==== RECORDS FOR THIS TASK ====
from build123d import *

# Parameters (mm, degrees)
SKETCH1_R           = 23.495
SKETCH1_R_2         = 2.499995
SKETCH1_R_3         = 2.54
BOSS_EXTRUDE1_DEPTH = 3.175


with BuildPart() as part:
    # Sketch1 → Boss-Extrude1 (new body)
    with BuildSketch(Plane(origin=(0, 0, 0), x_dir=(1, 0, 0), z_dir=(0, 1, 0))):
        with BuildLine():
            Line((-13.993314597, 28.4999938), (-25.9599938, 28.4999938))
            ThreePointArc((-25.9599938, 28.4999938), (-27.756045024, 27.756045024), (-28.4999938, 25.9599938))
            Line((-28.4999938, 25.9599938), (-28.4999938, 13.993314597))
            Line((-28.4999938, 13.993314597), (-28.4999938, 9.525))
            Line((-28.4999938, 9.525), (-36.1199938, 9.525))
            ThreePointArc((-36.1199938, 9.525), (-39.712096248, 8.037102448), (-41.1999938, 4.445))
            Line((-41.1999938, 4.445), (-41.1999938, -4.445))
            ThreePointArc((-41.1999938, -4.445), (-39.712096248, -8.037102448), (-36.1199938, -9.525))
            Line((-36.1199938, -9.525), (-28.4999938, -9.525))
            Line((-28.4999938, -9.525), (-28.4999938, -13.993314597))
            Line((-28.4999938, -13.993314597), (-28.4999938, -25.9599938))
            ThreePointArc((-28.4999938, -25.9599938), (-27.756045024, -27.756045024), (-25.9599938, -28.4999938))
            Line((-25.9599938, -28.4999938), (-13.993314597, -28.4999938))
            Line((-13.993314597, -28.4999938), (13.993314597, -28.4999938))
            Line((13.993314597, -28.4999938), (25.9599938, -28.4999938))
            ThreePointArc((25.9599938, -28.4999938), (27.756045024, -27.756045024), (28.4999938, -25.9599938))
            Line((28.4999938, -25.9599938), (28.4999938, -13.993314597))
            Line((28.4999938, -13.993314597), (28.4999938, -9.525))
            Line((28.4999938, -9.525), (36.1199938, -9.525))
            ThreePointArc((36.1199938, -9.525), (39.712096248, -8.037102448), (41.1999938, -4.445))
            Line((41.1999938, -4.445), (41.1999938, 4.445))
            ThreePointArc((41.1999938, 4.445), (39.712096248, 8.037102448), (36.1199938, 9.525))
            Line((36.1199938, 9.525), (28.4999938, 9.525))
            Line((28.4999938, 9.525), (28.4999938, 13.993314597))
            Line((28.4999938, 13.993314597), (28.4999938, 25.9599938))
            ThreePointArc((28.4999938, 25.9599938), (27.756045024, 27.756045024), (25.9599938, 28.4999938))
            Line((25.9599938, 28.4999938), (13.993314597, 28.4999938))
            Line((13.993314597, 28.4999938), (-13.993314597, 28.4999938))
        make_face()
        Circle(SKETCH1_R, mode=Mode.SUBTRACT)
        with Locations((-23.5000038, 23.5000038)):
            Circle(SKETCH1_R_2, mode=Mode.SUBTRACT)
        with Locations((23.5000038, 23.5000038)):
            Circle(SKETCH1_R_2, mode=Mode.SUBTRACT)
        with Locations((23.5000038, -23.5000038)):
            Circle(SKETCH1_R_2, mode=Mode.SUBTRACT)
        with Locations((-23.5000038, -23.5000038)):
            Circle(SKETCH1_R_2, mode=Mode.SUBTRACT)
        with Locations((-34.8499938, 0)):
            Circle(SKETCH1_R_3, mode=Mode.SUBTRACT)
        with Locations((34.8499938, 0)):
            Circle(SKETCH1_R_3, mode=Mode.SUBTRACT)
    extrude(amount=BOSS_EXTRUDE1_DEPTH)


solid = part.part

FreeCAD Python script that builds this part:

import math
import FreeCAD as App
import Part
import Sketcher
from FreeCAD import Vector
Q = App.Units.Quantity

doc = App.newDocument("Part")
body = doc.addObject("PartDesign::Body", "Body")

sketch1 = body.newObject("Sketcher::SketchObject", "Sketch")
sketch1.AttachmentSupport = (doc.getObject("XZ_Plane"), [""])
sketch1.MapMode = "FlatFace"
sketch1.addGeometry([
    Part.ArcOfCircle(Part.Circle(Vector(-25.959994, -25.959994, 0), Vector(0, 0, 1), 2.54), math.radians(-180), math.radians(-90)),
    Part.LineSegment(Vector(-28.499994, -25.959994, 0), Vector(-28.499994, -9.525, 0)),
    Part.LineSegment(Vector(-28.499994, -9.525, 0), Vector(-36.119994, -9.525, 0)),
    Part.ArcOfCircle(Part.Circle(Vector(-36.119994, -4.445, 0), Vector(0, 0, 1), 5.08), math.radians(-180), math.radians(-90)),
    Part.LineSegment(Vector(-41.199994, -4.445, 0), Vector(-41.199994, 4.445, 0)),
    Part.ArcOfCircle(Part.Circle(Vector(-36.119994, 4.445, 0), Vector(0, 0, 1), 5.08), math.radians(90), math.radians(180)),
    Part.LineSegment(Vector(-36.119994, 9.525, 0), Vector(-28.499994, 9.525, 0)),
    Part.LineSegment(Vector(-28.499994, 9.525, 0), Vector(-28.499994, 25.959994, 0)),
    Part.ArcOfCircle(Part.Circle(Vector(-25.959994, 25.959994, 0), Vector(0, 0, 1), 2.54), math.radians(90), math.radians(180)),
    Part.LineSegment(Vector(-25.959994, 28.499994, 0), Vector(25.959994, 28.499994, 0)),
    Part.ArcOfCircle(Part.Circle(Vector(25.959994, 25.959994, 0), Vector(0, 0, 1), 2.54), math.radians(0), math.radians(90)),
    Part.LineSegment(Vector(28.499994, 25.959994, 0), Vector(28.499994, 9.525, 0)),
    Part.LineSegment(Vector(28.499994, 9.525, 0), Vector(36.119994, 9.525, 0)),
    Part.ArcOfCircle(Part.Circle(Vector(36.119994, 4.445, 0), Vector(0, 0, 1), 5.08), math.radians(0), math.radians(90)),
    Part.LineSegment(Vector(41.199994, 4.445, 0), Vector(41.199994, -4.445, 0)),
    Part.ArcOfCircle(Part.Circle(Vector(36.119994, -4.445, 0), Vector(0, 0, 1), 5.08), math.radians(-90), math.radians(0)),
    Part.LineSegment(Vector(36.119994, -9.525, 0), Vector(28.499994, -9.525, 0)),
    Part.LineSegment(Vector(28.499994, -9.525, 0), Vector(28.499994, -25.959994, 0)),
    Part.ArcOfCircle(Part.Circle(Vector(25.959994, -25.959994, 0), Vector(0, 0, 1), 2.54), math.radians(-90), math.radians(0)),
    Part.LineSegment(Vector(25.959994, -28.499994, 0), Vector(-25.959994, -28.499994, 0)),
    Part.Circle(Vector(-23.500004, 23.500004, 0), Vector(0, 0, 1), 2.499995),
    Part.Circle(Vector(23.500004, 23.500004, 0), Vector(0, 0, 1), 2.499995),
    Part.Circle(Vector(-34.849994, 0, 0), Vector(0, 0, 1), 2.54),
    Part.Circle(Vector(-23.500004, -23.500004, 0), Vector(0, 0, 1), 2.499995),
    Part.Circle(Vector(0, 0, 0), Vector(0, 0, 1), 23.495),
    Part.Circle(Vector(34.849994, 0, 0), Vector(0, 0, 1), 2.54),
    Part.Circle(Vector(23.500004, -23.500004, 0), Vector(0, 0, 1), 2.499995),
], False)
sketch1.addConstraint([
    Sketcher.Constraint("Tangent", 0, 1, 1, 1),
    Sketcher.Constraint("Coincident", 1, 2, 2, 1),
    Sketcher.Constraint("Tangent", 2, 2, 3, 2),
    Sketcher.Constraint("Tangent", 3, 1, 4, 1),
    Sketcher.Constraint("Tangent", 4, 2, 5, 2),
    Sketcher.Constraint("Tangent", 5, 1, 6, 1),
    Sketcher.Constraint("Coincident", 6, 2, 7, 1),
    Sketcher.Constraint("Tangent", 7, 2, 8, 2),
    Sketcher.Constraint("Tangent", 8, 1, 9, 1),
    Sketcher.Constraint("Tangent", 9, 2, 10, 2),
    Sketcher.Constraint("Tangent", 10, 1, 11, 1),
    Sketcher.Constraint("Coincident", 11, 2, 12, 1),
    Sketcher.Constraint("Tangent", 12, 2, 13, 2),
    Sketcher.Constraint("Tangent", 13, 1, 14, 1),
    Sketcher.Constraint("Tangent", 14, 2, 15, 2),
    Sketcher.Constraint("Tangent", 15, 1, 16, 1),
    Sketcher.Constraint("Coincident", 16, 2, 17, 1),
    Sketcher.Constraint("Tangent", 17, 2, 18, 2),
    Sketcher.Constraint("Tangent", 18, 1, 19, 1),
    Sketcher.Constraint("Tangent", 19, 2, 0, 2),
    Sketcher.Constraint("Vertical", 1),
    Sketcher.Constraint("Horizontal", 2),
    Sketcher.Constraint("Vertical", 4),
    Sketcher.Constraint("Horizontal", 6),
    Sketcher.Constraint("Vertical", 7),
    Sketcher.Constraint("Horizontal", 9),
    Sketcher.Constraint("Vertical", 11),
    Sketcher.Constraint("Horizontal", 12),
    Sketcher.Constraint("Vertical", 14),
    Sketcher.Constraint("Horizontal", 16),
    Sketcher.Constraint("Vertical", 17),
    Sketcher.Constraint("Horizontal", 19),
    Sketcher.Constraint("Coincident", 24, 3, -1, 1),
    Sketcher.Constraint("Equal", 3, 5),
    Sketcher.Constraint("Equal", 0, 8),
    Sketcher.Constraint("Equal", 8, 10),
    Sketcher.Constraint("Equal", 5, 13),
    Sketcher.Constraint("Equal", 13, 15),
    Sketcher.Constraint("Equal", 10, 18),
    Sketcher.Constraint("Equal", 20, 21),
    Sketcher.Constraint("Equal", 18, 22),
    Sketcher.Constraint("Equal", 21, 23),
    Sketcher.Constraint("Equal", 22, 25),
    Sketcher.Constraint("Equal", 23, 26),
    Sketcher.Constraint("Symmetric", 0, 3, 10, 3, -1, 1),
    Sketcher.Constraint("Symmetric", 3, 3, 13, 3, -1, 1),
    Sketcher.Constraint("Symmetric", 21, 3, 23, 3, -1, 1),
    Sketcher.Constraint("Symmetric", 22, 3, 25, 3, -1, 1),
    Sketcher.Constraint("Symmetric", 20, 3, 26, 3, -1, 1),
    Sketcher.Constraint("Symmetric", 6, 2, 16, 2, -1, 1),
    Sketcher.Constraint("Symmetric", 20, 3, 21, 3, -2),
    Sketcher.Constraint("Symmetric", 6, 2, 11, 2, -2),
    Sketcher.Constraint("PointOnObject", 22, 3, -1),
    Sketcher.Constraint("Diameter", 22, Q("0.2 in")),
    Sketcher.Constraint("Radius", 3, Q("0.2 in")),
    Sketcher.Constraint("Diameter", 24, Q("1.85 in")),
    Sketcher.Constraint("DistanceX", 2, 2, 2, 1, Q("0.3 in")),
    Sketcher.Constraint("DistanceY", 4, 1, 4, 2, Q("0.35 in")),
    Sketcher.Constraint("DistanceX", 3, 3, 22, 3, Q("0.05 in")),
    Sketcher.Constraint("Diameter", 20, 4.99999),
    Sketcher.Constraint("DistanceX", 9, 1, 9, 2, 51.919988),
    Sketcher.Constraint("DistanceY", 1, 1, 1, 2, 16.434994),
    Sketcher.Constraint("DistanceX", 8, 3, 20, 3, 2.45999),
    Sketcher.Constraint("DistanceY", 20, 3, 8, 3, 2.45999),
])
pad1 = body.newObject("PartDesign::Pad", "Pad")
pad1.Profile = sketch1
pad1.Length = Q("0.125 in")
pad1.Reversed = True

doc.recompute()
====
TASK DESCRIPTION ▸ From the first line of the listing above through the line that contains "8.037102448), (36.1199938, 9.525))", retype every line exactly, and write nothing else.

TASK OUTPUT ▸
from build123d import *

# Parameters (mm, degrees)
SKETCH1_R           = 23.495
SKETCH1_R_2         = 2.499995
SKETCH1_R_3         = 2.54
BOSS_EXTRUDE1_DEPTH = 3.175


with BuildPart() as part:
    # Sketch1 → Boss-Extrude1 (new body)
    with BuildSketch(Plane(origin=(0, 0, 0), x_dir=(1, 0, 0), z_dir=(0, 1, 0))):
        with BuildLine():
            Line((-13.993314597, 28.4999938), (-25.9599938, 28.4999938))
            ThreePointArc((-25.9599938, 28.4999938), (-27.756045024, 27.756045024), (-28.4999938, 25.9599938))
            Line((-28.4999938, 25.9599938), (-28.4999938, 13.993314597))
            Line((-28.4999938, 13.993314597), (-28.4999938, 9.525))
            Line((-28.4999938, 9.525), (-36.1199938, 9.525))
            ThreePointArc((-36.1199938, 9.525), (-39.712096248, 8.037102448), (-41.1999938, 4.445))
            Line((-41.1999938, 4.445), (-41.1999938, -4.445))
            ThreePointArc((-41.1999938, -4.445), (-39.712096248, -8.037102448), (-36.1199938, -9.525))
            Line((-36.1199938, -9.525), (-28.4999938, -9.525))
            Line((-28.4999938, -9.525), (-28.4999938, -13.993314597))
            Line((-28.4999938, -13.993314597), (-28.4999938, -25.9599938))
            ThreePointArc((-28.4999938, -25.9599938), (-27.756045024, -27.756045024), (-25.9599938, -28.4999938))
            Line((-25.9599938, -28.4999938), (-13.993314597, -28.4999938))
            Line((-13.993314597, -28.4999938), (13.993314597, -28.4999938))
            Line((13.993314597, -28.4999938), (25.9599938, -28.4999938))
            ThreePointArc((25.9599938, -28.4999938), (27.756045024, -27.756045024), (28.4999938, -25.9599938))
            Line((28.4999938, -25.9599938), (28.4999938, -13.993314597))
            Line((28.4999938, -13.993314597), (28.4999938, -9.525))
            Line((28.4999938, -9.525), (36.1199938, -9.525))
            ThreePointArc((36.1199938, -9.525), (39.712096248, -8.037102448), (41.1999938, -4.445))
            Line((41.1999938, -4.445), (41.1999938, 4.445))
            ThreePointArc((41.1999938, 4.445), (39.712096248, 8.037102448), (36.1199938, 9.525))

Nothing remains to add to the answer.